(WHAT THE TASK ASKS): Transcribe exactly the lines that fall between the one holding "f 326 208 204" and the one holding "f 343 346 243", inclusive, from the entries below.

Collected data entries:
Segment Open

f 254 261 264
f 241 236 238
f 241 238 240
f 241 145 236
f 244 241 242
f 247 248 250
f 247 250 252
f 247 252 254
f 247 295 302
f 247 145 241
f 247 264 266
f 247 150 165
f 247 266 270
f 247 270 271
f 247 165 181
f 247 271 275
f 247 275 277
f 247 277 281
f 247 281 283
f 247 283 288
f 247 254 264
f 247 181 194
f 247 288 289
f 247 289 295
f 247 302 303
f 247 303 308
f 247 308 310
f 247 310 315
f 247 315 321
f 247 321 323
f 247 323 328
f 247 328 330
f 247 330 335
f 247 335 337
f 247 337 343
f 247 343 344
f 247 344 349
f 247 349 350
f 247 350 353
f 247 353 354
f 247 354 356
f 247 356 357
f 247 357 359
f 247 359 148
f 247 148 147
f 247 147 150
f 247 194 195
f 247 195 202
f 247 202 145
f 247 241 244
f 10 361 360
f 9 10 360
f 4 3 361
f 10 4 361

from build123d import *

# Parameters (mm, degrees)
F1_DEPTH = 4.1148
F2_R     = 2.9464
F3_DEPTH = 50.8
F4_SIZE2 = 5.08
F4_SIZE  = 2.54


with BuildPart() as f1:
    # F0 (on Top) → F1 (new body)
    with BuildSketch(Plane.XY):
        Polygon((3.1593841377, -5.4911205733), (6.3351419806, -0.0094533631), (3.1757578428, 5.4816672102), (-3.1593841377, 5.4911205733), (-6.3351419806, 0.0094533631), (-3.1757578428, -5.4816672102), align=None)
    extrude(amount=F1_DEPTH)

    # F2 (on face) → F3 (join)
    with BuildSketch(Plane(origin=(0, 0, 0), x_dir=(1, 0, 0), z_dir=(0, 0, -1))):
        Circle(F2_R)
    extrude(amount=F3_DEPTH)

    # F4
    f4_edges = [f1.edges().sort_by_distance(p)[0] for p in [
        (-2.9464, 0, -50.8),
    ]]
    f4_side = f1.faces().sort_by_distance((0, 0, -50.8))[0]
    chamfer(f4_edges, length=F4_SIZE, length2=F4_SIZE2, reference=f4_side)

Segment Closed
Segment Open

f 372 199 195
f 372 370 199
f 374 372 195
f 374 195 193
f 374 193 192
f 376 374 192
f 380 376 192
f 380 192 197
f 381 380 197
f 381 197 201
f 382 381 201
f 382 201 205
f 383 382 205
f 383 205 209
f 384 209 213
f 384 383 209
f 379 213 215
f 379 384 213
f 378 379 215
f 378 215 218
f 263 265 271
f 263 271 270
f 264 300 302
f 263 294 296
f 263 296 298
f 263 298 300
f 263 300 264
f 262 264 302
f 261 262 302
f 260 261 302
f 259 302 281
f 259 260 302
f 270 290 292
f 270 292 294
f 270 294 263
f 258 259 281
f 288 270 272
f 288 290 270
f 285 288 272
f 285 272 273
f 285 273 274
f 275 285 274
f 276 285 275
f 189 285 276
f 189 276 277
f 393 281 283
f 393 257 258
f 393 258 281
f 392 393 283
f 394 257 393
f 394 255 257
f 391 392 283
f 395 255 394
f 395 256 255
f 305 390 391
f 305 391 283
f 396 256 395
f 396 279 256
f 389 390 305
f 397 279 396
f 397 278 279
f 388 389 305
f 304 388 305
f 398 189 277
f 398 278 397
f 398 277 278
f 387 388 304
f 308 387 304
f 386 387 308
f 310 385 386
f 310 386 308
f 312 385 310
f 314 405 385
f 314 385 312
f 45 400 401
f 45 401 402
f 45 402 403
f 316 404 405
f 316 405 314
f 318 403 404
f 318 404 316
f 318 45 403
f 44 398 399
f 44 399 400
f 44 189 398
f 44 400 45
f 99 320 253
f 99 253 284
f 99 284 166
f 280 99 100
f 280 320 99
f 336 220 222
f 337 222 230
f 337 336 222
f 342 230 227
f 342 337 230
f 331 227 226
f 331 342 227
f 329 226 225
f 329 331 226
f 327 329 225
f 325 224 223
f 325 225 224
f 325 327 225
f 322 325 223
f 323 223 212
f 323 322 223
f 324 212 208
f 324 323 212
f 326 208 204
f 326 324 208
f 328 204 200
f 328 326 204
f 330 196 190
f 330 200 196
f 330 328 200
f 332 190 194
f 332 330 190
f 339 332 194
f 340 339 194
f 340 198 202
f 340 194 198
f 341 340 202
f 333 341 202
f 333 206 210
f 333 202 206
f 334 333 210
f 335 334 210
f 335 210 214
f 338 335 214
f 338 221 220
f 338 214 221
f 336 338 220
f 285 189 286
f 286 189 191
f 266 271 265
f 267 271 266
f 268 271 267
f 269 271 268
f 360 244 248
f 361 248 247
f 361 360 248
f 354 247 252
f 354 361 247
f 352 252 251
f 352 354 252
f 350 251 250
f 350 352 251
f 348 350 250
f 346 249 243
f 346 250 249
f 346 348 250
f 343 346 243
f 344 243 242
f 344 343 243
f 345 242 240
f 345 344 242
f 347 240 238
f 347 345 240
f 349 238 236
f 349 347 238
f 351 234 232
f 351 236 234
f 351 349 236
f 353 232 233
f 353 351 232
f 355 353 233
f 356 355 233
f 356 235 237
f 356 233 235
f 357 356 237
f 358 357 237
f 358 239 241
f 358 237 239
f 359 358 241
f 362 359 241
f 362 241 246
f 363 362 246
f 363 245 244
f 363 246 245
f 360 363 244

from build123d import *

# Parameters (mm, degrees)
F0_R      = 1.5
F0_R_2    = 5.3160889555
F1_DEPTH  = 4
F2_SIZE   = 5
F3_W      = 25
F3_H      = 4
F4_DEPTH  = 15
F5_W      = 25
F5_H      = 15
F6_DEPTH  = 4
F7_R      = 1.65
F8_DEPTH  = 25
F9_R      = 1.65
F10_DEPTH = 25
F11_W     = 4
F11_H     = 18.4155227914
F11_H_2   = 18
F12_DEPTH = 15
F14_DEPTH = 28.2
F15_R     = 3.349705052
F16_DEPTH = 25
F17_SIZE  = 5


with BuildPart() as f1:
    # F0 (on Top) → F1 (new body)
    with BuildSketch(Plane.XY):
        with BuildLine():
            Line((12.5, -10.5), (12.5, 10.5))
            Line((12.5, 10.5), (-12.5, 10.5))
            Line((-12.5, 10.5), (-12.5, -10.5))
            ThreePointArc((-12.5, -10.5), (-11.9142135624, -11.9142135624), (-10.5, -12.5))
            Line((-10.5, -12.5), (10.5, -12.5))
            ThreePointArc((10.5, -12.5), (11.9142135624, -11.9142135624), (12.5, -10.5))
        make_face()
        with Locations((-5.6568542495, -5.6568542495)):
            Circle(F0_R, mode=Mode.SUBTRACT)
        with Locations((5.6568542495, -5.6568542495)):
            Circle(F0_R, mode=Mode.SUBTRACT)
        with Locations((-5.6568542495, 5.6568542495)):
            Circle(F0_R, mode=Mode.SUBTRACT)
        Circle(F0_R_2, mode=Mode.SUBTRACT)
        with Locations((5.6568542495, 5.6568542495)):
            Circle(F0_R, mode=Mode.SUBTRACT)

Segment Closed
Segment Open

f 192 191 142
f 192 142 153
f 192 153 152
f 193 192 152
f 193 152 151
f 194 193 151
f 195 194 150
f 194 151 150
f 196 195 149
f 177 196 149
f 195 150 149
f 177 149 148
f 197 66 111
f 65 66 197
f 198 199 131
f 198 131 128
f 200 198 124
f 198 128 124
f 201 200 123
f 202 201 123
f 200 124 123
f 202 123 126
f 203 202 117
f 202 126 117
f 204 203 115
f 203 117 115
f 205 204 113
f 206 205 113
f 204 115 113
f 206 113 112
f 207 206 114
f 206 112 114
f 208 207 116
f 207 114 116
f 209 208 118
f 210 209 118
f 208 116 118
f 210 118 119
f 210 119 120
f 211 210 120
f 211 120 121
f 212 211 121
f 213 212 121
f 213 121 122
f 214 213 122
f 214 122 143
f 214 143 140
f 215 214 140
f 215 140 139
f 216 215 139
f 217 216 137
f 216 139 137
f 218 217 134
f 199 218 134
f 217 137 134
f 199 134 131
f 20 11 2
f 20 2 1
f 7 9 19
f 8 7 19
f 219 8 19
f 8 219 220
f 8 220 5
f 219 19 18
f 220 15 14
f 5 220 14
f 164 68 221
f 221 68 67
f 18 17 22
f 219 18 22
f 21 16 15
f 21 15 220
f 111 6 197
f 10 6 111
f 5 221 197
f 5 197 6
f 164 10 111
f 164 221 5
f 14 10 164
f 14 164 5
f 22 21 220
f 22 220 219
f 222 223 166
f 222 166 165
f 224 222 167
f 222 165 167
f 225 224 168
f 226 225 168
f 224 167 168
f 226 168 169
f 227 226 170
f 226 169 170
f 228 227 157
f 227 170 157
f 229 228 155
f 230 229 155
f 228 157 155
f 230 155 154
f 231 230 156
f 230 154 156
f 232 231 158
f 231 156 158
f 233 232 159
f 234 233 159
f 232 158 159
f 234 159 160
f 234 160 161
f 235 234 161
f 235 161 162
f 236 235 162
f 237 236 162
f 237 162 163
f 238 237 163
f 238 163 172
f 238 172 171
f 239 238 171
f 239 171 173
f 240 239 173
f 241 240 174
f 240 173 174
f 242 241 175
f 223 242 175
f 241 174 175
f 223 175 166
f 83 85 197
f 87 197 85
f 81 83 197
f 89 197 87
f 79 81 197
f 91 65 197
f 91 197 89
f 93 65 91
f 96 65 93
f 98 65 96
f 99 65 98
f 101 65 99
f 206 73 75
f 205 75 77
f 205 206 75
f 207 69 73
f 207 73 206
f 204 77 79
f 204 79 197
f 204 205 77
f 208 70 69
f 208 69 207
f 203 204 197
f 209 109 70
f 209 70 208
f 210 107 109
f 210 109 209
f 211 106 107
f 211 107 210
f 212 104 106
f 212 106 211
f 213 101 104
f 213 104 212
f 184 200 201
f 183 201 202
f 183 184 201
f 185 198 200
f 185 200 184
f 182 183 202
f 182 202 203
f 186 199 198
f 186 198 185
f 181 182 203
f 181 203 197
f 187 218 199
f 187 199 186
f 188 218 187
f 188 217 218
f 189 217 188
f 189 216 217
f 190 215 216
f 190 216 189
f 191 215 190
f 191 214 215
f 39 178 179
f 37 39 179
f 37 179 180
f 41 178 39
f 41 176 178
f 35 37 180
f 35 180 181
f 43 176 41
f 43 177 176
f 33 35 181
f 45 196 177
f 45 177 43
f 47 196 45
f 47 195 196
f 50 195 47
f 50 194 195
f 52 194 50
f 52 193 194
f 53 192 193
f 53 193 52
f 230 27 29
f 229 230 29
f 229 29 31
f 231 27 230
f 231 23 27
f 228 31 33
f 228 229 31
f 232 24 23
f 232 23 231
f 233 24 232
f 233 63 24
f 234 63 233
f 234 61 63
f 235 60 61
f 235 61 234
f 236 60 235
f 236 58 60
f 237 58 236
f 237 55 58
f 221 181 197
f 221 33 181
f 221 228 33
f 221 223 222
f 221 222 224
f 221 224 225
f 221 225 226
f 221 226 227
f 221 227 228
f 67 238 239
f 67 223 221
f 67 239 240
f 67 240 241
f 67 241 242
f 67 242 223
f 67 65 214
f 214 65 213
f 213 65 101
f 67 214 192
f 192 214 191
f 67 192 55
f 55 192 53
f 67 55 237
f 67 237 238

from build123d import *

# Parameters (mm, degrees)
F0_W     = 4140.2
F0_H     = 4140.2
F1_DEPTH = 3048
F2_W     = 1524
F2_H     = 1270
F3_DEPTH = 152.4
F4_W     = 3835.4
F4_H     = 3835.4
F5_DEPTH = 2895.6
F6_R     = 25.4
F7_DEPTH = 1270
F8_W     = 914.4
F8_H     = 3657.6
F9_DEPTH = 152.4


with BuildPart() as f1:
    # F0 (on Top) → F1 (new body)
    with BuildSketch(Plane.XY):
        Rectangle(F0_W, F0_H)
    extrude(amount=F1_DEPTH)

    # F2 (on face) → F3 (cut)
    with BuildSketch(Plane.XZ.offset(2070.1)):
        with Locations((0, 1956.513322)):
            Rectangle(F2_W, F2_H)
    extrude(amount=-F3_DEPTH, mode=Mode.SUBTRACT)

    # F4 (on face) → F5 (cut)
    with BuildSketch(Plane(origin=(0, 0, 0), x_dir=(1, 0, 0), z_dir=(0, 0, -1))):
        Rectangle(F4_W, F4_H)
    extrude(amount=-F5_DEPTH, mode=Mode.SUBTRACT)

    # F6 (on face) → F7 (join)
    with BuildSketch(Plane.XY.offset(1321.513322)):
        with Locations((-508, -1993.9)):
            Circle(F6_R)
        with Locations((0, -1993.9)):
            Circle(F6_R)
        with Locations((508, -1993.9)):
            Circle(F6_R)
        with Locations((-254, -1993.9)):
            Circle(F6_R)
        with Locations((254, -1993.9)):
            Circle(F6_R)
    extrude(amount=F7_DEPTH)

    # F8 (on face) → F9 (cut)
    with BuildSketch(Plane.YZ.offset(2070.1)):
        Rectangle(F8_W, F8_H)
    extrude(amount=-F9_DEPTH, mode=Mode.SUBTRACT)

Segment Closed

(OUTPUT):
f 326 208 204
f 326 324 208
f 328 204 200
f 328 326 204
f 330 196 190
f 330 200 196
f 330 328 200
f 332 190 194
f 332 330 190
f 339 332 194
f 340 339 194
f 340 198 202
f 340 194 198
f 341 340 202
f 333 341 202
f 333 206 210
f 333 202 206
f 334 333 210
f 335 334 210
f 335 210 214
f 338 335 214
f 338 221 220
f 338 214 221
f 336 338 220
f 285 189 286
f 286 189 191
f 266 271 265
f 267 271 266
f 268 271 267
f 269 271 268
f 360 244 248
f 361 248 247
f 361 360 248
f 354 247 252
f 354 361 247
f 352 252 251
f 352 354 252
f 350 251 250
f 350 352 251
f 348 350 250
f 346 249 243
f 346 250 249
f 346 348 250
f 343 346 243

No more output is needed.